Published: 28th February 2018
Investing in a buy-to-let property is seen by many as an easy way to make money. This is not always the case, as the profits that can be gained are reliant on a lot of factors. So, how secure is your money if you put it into buy-to-let property?
There is no such thing as a completely secure investment, but some are safer than others. Whether you are looking to make your first investment or one of many, you still need to conduct a lot of research to see if this is the right move for you.
Investing in buy-to-let property has the potential to be highly profitable as there are two different types of revenue stream. This comes on a monthly basis from rental income and from the final capital value when you eventually decide to sell the property.
The demand for property is high at the moment as many areas of the country find they are suffering from a shortfall in housing. Coupled with the fact that many young people find it difficult to get onto the property ladder, there is a strong demand for rental property. This means that with sensible research, you can invest in a property that will be much sought after and command good rental yields.

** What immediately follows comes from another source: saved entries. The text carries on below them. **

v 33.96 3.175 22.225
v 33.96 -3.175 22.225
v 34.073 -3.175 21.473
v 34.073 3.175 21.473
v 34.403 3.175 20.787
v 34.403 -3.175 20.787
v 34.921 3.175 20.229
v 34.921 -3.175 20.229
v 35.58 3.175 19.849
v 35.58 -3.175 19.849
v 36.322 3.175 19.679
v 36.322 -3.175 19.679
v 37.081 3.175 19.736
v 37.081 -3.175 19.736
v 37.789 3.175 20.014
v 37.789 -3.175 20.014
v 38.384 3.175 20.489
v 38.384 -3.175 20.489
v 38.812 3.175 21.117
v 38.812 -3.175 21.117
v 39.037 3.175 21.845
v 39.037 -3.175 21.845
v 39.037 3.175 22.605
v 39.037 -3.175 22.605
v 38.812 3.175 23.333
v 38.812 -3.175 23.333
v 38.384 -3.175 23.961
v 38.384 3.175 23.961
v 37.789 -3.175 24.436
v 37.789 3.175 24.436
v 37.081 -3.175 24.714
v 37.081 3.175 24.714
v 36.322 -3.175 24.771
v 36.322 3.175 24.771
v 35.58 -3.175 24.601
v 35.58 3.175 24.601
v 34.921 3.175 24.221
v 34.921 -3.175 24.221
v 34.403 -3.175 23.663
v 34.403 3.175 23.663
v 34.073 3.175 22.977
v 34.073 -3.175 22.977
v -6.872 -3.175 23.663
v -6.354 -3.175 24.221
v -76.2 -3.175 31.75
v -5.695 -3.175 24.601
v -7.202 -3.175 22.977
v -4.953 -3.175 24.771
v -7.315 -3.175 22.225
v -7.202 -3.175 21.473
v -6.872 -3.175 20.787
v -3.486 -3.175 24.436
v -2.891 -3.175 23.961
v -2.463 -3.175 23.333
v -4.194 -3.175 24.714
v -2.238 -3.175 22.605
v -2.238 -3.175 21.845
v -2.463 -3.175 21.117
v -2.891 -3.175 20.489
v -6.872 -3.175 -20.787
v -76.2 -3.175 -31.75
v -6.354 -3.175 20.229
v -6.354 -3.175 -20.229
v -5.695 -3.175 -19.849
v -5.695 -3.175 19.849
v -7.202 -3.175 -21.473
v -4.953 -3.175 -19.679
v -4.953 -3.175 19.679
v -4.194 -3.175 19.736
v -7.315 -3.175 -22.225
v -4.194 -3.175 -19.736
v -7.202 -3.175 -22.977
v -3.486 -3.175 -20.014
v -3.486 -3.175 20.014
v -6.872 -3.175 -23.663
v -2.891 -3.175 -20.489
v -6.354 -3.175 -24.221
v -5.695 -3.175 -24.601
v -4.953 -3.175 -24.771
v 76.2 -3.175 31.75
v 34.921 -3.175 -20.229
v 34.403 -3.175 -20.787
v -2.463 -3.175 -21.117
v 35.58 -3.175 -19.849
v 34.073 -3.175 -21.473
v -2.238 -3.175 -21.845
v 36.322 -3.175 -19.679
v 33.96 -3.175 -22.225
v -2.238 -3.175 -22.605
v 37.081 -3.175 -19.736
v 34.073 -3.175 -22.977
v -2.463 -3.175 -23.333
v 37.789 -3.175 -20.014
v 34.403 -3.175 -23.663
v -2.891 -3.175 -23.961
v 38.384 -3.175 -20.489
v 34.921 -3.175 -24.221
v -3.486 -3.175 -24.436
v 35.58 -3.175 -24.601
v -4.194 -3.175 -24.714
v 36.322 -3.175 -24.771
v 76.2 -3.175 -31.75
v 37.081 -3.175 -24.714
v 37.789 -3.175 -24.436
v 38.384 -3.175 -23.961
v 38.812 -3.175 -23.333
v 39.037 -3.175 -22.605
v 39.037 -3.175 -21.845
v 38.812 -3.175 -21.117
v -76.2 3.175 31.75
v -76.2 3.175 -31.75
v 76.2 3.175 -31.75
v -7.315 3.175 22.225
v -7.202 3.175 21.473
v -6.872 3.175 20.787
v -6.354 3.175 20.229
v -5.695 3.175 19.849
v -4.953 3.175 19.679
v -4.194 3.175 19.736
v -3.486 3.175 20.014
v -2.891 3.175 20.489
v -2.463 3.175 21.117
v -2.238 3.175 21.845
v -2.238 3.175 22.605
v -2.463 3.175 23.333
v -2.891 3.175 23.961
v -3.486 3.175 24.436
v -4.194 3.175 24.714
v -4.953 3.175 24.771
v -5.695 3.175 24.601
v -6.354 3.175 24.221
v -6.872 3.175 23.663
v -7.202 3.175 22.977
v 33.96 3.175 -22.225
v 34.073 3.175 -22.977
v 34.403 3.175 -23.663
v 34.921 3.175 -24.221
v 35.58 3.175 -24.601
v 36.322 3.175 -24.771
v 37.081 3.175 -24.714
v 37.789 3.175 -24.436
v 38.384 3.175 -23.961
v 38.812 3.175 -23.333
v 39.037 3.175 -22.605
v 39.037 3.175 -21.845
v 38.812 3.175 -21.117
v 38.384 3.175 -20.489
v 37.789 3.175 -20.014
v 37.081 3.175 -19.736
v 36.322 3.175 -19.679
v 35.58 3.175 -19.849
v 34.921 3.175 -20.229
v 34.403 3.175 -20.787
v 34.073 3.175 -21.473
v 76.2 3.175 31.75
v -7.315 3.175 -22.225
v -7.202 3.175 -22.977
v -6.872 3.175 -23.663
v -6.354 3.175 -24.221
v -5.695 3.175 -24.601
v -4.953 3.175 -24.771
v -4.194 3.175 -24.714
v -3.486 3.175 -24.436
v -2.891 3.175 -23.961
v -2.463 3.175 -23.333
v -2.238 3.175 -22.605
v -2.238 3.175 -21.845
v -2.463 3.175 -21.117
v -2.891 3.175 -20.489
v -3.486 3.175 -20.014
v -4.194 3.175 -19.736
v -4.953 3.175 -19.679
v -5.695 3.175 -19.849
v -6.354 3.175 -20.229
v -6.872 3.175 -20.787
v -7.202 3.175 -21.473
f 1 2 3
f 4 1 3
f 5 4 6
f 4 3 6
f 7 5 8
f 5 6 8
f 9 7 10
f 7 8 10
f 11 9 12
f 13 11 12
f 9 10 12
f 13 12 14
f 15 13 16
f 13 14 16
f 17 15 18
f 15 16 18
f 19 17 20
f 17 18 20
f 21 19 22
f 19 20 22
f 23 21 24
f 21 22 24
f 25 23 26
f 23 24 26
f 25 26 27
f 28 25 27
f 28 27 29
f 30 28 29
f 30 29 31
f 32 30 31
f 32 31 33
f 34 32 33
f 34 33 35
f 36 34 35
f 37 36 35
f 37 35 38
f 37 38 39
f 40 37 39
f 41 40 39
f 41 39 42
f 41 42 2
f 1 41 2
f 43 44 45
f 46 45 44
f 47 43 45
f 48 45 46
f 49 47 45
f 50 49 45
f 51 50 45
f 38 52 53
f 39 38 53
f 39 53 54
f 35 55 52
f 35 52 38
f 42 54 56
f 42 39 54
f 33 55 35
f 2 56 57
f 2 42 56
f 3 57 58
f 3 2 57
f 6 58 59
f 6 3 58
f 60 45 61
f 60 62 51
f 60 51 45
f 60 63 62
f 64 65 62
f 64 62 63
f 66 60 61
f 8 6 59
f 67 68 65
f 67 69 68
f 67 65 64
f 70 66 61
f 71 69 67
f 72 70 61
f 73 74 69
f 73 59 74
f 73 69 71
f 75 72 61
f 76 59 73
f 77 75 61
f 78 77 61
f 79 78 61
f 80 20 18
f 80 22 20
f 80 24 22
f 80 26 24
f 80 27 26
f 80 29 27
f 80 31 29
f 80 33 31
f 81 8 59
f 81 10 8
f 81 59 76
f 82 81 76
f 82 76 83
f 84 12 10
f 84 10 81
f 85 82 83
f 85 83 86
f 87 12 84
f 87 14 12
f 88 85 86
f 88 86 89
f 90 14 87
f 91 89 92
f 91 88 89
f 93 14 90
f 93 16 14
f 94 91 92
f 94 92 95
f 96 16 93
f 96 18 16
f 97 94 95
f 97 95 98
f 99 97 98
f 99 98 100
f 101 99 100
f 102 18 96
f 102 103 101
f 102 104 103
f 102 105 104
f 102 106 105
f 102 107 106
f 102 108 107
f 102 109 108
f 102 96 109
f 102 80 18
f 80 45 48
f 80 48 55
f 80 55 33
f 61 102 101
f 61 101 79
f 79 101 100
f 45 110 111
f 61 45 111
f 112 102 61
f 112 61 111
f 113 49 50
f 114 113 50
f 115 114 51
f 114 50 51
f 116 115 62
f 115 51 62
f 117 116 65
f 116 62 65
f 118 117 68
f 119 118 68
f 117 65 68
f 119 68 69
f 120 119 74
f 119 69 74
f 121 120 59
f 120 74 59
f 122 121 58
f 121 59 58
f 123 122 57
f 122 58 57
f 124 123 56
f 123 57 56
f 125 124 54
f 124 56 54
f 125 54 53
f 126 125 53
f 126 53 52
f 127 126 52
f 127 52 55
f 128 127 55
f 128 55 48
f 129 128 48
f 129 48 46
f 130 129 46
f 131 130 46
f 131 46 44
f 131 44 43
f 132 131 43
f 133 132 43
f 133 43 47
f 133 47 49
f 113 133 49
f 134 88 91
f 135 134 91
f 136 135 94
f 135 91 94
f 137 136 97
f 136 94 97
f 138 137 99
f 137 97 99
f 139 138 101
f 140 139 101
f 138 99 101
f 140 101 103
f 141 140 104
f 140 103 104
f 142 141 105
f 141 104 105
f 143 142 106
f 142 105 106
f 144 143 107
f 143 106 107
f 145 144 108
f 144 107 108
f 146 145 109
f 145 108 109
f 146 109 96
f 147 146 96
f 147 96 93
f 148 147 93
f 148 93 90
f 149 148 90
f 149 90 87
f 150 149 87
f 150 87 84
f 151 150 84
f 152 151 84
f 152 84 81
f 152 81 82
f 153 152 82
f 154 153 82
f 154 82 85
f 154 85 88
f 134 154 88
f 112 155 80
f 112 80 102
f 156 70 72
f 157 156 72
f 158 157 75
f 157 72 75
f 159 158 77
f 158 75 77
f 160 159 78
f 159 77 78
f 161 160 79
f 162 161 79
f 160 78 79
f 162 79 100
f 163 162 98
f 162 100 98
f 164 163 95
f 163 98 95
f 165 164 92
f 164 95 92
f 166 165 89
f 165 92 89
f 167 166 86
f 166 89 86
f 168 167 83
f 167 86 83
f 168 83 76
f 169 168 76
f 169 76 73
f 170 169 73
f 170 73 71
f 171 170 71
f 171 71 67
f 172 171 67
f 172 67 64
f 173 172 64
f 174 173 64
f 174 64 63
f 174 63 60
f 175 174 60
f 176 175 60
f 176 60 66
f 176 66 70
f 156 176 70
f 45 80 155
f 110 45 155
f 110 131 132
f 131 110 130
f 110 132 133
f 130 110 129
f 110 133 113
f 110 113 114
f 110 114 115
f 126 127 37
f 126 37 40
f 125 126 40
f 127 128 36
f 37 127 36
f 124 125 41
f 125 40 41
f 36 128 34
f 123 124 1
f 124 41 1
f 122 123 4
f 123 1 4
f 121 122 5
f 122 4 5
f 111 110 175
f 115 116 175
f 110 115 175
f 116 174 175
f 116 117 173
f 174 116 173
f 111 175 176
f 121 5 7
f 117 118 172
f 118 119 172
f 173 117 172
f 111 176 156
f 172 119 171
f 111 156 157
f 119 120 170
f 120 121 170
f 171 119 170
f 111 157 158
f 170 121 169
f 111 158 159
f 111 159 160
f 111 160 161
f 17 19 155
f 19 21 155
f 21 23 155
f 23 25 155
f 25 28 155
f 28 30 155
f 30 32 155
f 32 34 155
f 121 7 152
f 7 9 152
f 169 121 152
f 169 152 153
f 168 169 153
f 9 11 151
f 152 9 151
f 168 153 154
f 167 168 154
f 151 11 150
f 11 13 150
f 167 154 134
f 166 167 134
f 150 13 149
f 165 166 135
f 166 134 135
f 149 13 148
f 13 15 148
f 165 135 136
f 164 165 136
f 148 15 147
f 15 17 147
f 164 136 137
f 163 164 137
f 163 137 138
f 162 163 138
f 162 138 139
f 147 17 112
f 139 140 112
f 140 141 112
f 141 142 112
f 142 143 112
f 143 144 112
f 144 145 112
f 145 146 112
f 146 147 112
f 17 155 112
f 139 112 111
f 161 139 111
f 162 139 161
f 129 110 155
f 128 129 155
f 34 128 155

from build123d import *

# Parameters (mm, degrees)
SKETCH1_W                  = 63.5
SKETCH1_H                  = 6.35
BOSS_EXTRUDE1_DEPTH        = 76.2
F_10_CLEARANCE_HOLE1_D     = 5.1054
F_10_CLEARANCE_HOLE1_DEPTH = 9.652
F_10_CLEARANCE_HOLE1_TIP   = 1.533816902


with BuildPart() as part:
    # Sketch1 → Boss-Extrude1 (new, symmetric)
    with BuildSketch(Plane(origin=(0, 0, 0), x_dir=(0, 0, -1), z_dir=(1, 0, 0))):
        Rectangle(SKETCH1_W, SKETCH1_H)
    extrude(amount=BOSS_EXTRUDE1_DEPTH, both=True)

    # #10 Clearance Hole1
    with Locations(Plane(origin=(0, 3.175, 0), x_dir=(1, 0, 0), z_dir=(0, 1, 0))):
        with Locations((-4.7625, 22.225), (36.5125, -22.225), (-4.7625, -22.225), (36.5125, 22.225)):
            Hole(F_10_CLEARANCE_HOLE1_D / 2, depth=F_10_CLEARANCE_HOLE1_DEPTH)
            with Locations((0, 0, -(F_10_CLEARANCE_HOLE1_DEPTH + F_10_CLEARANCE_HOLE1_TIP / 2))):  # 118° drill point
                Cone(0, F_10_CLEARANCE_HOLE1_D / 2, F_10_CLEARANCE_HOLE1_TIP, mode=Mode.SUBTRACT)


solid = part.part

Many investors opt for buy-to-let property as a long-term investment, rather than looking at the rental yields. These properties are bought in order to sell them on at the right time and make substantial gains on the capital value. If the rental income has been put to one side, none of the profit from the sale of the property needs to be put into the deposit for your next investment.
It is important to remember that no investment is guaranteed to offer the returns that you are looking for. Particularly with the uncertainty surrounding the Brexit negotiations, the financial markets are subject to some unpredictable changes that could seriously impact on your investment.

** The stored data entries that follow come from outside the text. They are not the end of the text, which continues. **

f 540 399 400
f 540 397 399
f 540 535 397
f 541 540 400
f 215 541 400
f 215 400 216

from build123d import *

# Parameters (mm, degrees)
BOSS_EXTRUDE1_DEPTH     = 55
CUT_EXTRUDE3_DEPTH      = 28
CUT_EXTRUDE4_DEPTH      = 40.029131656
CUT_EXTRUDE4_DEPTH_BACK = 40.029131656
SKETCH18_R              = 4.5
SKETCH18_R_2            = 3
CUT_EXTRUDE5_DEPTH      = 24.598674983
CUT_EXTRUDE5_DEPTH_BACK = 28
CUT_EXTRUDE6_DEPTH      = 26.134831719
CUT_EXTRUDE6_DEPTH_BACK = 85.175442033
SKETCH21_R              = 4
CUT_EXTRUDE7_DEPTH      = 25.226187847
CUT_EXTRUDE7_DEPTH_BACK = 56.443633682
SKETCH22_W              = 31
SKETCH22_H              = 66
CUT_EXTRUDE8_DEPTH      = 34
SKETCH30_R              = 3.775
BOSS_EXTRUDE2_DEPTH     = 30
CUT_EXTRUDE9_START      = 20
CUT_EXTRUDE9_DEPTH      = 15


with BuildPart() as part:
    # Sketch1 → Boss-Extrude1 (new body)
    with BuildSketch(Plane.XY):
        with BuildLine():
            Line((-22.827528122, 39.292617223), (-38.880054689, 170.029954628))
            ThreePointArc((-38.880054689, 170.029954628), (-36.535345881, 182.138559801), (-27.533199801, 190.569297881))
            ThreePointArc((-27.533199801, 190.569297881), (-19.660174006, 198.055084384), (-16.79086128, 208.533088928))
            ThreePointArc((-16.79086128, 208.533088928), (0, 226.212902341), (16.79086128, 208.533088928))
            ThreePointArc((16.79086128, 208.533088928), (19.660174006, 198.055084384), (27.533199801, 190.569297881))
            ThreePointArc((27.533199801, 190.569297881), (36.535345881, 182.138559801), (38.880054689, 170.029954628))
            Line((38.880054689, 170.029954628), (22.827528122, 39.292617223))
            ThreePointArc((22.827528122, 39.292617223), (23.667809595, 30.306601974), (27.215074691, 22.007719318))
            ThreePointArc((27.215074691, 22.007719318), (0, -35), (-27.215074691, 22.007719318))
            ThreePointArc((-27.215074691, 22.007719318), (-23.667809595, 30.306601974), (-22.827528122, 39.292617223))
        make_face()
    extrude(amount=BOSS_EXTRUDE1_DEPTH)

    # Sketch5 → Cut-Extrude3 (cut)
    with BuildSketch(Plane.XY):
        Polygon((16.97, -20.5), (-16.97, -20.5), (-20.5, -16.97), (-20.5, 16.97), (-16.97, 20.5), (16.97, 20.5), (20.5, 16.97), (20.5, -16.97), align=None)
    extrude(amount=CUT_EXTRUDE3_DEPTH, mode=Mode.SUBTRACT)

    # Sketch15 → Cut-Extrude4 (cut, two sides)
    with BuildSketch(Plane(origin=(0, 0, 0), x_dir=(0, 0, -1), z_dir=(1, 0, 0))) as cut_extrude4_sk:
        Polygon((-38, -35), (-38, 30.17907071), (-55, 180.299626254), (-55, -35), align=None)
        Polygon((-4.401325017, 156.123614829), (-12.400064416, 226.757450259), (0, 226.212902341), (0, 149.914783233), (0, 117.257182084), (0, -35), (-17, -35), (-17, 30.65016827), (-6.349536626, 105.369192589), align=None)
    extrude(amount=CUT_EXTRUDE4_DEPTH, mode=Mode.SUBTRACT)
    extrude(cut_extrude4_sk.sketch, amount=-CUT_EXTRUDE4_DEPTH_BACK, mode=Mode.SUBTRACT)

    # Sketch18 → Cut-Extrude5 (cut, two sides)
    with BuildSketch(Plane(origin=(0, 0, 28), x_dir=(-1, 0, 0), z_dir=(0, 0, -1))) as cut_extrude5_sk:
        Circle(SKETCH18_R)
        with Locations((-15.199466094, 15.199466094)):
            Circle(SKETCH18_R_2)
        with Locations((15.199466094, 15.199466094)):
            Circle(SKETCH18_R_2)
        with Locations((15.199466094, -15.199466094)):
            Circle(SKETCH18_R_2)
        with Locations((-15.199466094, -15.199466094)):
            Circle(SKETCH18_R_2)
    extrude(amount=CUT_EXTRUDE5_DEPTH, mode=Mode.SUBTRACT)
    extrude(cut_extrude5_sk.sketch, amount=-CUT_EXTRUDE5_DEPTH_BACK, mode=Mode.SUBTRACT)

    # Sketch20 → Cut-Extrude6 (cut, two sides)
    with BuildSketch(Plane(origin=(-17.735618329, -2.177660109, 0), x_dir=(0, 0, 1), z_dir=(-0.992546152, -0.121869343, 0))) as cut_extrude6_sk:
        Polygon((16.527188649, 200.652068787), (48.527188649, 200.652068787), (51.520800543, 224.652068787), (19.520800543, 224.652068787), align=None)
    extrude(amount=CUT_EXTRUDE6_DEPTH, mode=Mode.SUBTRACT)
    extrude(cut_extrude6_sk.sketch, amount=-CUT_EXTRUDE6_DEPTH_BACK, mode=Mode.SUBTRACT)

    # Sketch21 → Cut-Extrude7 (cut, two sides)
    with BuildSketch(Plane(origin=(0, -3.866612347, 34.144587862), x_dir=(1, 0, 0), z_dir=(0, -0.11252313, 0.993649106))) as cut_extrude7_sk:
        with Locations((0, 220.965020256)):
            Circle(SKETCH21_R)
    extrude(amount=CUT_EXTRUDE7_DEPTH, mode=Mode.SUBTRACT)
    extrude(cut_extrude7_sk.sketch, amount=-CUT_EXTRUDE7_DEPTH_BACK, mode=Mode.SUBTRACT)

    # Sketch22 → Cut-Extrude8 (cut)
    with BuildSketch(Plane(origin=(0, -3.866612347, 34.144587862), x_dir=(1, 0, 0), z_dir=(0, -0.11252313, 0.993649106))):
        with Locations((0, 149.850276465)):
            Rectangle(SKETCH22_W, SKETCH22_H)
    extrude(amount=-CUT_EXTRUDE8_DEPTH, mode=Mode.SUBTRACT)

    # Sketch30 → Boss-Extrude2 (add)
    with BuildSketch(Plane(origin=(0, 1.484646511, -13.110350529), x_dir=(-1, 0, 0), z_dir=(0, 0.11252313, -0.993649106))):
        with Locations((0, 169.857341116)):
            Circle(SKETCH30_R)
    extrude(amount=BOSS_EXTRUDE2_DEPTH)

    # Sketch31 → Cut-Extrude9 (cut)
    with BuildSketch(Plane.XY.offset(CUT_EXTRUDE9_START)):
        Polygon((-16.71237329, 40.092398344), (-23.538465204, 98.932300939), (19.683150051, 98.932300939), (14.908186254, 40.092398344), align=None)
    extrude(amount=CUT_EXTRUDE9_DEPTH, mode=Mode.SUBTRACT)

Interest rates have been sat at an exceptionally low level for some time now, and this has been of great benefit to investors who have been able to enjoy cheap mortgages. However, after one interest rate rise it looks likely that more are set to follow, and it is important that you are in a position to ride this out. A rise in interest rates means that your mortgage payments are likely to increase either straight away or at the end of your fixed rate, so you need to be sure that your rental income will cover this.
Changes to the property market will also affect how successful your investment is. House prices have been growing, but with this growth seeming to slow in some areas, you need to keep an eye on what that means for the value of your property. Your exit strategy needs to revolve around when you will get the best price for your property, so you need to decide whether you are able to wait for prices to increase if your property value has dropped.

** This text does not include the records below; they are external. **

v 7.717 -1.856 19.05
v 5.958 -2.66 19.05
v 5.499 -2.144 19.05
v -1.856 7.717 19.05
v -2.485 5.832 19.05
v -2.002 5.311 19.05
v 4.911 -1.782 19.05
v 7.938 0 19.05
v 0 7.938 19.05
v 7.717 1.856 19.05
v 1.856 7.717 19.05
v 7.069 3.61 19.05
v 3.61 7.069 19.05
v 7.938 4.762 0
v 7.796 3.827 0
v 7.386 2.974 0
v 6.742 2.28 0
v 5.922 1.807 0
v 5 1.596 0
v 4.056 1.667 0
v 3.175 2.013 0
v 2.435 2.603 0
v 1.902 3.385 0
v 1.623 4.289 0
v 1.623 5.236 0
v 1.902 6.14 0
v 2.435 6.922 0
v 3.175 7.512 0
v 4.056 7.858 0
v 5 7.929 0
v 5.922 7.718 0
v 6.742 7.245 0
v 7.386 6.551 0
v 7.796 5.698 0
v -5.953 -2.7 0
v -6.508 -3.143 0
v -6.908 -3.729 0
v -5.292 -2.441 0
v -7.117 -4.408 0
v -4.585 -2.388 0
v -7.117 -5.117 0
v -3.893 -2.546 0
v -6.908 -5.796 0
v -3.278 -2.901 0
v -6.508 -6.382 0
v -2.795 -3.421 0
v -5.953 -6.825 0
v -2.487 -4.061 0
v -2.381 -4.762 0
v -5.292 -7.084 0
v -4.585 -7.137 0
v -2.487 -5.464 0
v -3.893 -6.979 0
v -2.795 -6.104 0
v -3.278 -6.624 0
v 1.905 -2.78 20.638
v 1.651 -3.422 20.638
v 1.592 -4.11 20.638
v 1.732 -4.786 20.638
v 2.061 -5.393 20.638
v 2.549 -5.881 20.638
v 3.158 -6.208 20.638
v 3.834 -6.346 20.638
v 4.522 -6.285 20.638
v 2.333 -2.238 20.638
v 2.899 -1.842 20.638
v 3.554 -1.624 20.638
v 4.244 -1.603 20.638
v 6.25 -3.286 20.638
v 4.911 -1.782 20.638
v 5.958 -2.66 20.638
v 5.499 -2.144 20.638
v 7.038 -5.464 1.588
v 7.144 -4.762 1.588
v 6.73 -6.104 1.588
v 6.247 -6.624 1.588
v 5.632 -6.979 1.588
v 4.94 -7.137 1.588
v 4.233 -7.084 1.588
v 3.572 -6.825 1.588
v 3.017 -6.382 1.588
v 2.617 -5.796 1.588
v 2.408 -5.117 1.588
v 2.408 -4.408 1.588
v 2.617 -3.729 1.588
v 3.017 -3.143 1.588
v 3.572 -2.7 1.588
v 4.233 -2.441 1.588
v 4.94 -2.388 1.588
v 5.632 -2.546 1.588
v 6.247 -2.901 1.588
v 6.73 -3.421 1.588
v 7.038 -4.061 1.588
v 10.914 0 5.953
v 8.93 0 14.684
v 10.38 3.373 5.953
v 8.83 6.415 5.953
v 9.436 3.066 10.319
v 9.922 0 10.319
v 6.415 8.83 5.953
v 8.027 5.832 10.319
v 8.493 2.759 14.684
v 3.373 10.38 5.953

One thing that many landlords suffer from, is the property being empty for any period. This could be due to tenants ending their contracts early, work needing to be done on the property before going back on the market, or simply a drop in demand. With no rental income for that period, you need to ensure that you would still be able to meet your mortgage payments. This may also be the case if you have tenants who get themselves into arrears on their rent payments. Many landlords choose to save much of their rental income to cover themselves in this sort of situation.
Overall, buy-to-let investments can be extremely profitable, but you need to watch what is happening in the financial and property markets and make sure you have a contingency plan in place to cover any unexpected changes.